- [Provided data]
***

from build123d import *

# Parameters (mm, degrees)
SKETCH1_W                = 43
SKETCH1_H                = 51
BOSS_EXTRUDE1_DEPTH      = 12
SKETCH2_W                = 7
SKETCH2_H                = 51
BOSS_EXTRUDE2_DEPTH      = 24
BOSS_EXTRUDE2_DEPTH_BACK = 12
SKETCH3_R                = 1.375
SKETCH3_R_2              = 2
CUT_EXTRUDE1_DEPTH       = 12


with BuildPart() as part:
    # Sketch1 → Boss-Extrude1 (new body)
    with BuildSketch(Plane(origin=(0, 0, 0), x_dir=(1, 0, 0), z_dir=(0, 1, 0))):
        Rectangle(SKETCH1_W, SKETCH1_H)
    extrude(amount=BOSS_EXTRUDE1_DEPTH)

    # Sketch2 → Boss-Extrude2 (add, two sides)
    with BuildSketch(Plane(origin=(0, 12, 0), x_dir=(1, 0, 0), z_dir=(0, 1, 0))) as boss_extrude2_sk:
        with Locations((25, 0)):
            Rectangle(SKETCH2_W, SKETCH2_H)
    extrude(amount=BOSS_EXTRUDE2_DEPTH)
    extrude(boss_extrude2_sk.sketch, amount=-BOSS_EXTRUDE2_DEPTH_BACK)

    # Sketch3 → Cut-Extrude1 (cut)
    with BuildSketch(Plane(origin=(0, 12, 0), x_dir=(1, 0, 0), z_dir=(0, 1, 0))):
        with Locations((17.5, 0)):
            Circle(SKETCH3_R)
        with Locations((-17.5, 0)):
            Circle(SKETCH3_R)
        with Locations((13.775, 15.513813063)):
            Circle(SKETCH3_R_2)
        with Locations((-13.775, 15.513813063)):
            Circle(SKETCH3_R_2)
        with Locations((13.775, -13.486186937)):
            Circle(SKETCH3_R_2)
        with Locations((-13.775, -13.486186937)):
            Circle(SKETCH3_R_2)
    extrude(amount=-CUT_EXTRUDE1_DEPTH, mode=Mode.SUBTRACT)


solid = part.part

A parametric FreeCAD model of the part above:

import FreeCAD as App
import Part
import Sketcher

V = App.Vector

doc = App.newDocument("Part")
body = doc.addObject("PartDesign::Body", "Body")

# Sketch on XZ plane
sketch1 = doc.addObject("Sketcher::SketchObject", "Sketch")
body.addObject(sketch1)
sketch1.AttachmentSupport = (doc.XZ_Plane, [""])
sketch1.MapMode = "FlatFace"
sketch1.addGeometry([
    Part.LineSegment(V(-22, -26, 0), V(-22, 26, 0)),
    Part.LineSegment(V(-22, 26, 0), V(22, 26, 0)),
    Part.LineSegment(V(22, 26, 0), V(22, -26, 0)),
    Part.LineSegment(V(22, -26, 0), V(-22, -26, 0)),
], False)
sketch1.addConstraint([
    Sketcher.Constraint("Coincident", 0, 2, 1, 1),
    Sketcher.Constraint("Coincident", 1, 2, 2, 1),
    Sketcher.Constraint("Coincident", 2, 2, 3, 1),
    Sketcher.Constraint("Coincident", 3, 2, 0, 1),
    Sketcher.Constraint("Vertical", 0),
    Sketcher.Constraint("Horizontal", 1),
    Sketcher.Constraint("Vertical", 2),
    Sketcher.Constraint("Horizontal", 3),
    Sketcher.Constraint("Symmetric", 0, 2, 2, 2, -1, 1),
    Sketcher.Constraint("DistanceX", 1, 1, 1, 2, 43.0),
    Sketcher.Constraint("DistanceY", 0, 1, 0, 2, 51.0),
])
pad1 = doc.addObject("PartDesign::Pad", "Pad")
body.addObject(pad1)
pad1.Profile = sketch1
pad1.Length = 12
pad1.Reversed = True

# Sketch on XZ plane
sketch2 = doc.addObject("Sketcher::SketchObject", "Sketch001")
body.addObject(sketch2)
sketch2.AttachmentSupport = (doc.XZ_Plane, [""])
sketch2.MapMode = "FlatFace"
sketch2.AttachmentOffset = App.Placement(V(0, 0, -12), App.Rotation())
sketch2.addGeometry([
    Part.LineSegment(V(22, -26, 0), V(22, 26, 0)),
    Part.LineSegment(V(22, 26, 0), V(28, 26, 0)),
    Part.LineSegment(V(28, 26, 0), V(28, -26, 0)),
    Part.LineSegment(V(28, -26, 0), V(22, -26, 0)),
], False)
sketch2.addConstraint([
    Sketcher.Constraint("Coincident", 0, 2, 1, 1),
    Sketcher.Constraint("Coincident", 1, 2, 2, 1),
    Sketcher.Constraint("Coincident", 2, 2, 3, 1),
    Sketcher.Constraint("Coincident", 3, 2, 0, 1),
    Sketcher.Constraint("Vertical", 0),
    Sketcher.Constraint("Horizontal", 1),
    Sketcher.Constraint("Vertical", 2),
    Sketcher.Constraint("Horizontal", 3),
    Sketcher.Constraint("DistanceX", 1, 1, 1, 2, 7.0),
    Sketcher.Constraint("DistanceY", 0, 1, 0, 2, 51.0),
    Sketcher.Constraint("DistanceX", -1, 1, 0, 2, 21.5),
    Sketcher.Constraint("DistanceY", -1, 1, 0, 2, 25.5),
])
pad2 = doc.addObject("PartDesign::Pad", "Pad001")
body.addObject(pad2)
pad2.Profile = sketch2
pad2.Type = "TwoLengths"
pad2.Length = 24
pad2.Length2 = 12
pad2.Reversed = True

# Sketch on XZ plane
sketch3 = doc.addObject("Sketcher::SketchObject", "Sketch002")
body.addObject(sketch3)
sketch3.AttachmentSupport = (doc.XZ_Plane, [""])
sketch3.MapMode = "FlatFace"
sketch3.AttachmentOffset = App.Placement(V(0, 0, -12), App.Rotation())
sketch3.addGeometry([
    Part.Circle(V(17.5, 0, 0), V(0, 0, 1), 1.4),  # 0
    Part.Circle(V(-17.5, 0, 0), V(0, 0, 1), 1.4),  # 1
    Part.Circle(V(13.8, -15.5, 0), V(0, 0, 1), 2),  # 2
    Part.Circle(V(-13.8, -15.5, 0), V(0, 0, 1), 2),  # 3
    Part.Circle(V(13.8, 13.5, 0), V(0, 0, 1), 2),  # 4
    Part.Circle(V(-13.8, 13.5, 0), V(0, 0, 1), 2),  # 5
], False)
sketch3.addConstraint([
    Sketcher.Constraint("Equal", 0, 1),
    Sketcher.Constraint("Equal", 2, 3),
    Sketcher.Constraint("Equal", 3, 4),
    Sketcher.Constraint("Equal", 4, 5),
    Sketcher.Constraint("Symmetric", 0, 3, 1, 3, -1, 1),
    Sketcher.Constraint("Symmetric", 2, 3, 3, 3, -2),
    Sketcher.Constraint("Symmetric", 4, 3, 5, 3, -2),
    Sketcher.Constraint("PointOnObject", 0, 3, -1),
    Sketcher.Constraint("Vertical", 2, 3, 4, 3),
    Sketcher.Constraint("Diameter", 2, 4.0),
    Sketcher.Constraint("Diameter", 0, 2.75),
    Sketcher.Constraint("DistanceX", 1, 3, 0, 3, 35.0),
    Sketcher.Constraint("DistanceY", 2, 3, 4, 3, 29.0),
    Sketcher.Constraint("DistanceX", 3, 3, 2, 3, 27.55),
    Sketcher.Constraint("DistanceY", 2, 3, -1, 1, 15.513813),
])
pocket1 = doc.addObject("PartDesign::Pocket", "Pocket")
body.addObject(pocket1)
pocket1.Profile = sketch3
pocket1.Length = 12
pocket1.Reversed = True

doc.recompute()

***

- [Work order] Your answer should be the lines above from the one containing "extrude(amount=BOSS_EXTRUDE1_DEPTH)" through the one containing "extrude(amount=BOSS_EXTRUDE2_DEPTH)", copied exactly and with both ends kept.

- [Your solution]
    extrude(amount=BOSS_EXTRUDE1_DEPTH)

    # Sketch2 → Boss-Extrude2 (add, two sides)
    with BuildSketch(Plane(origin=(0, 12, 0), x_dir=(1, 0, 0), z_dir=(0, 1, 0))) as boss_extrude2_sk:
        with Locations((25, 0)):
            Rectangle(SKETCH2_W, SKETCH2_H)
    extrude(amount=BOSS_EXTRUDE2_DEPTH)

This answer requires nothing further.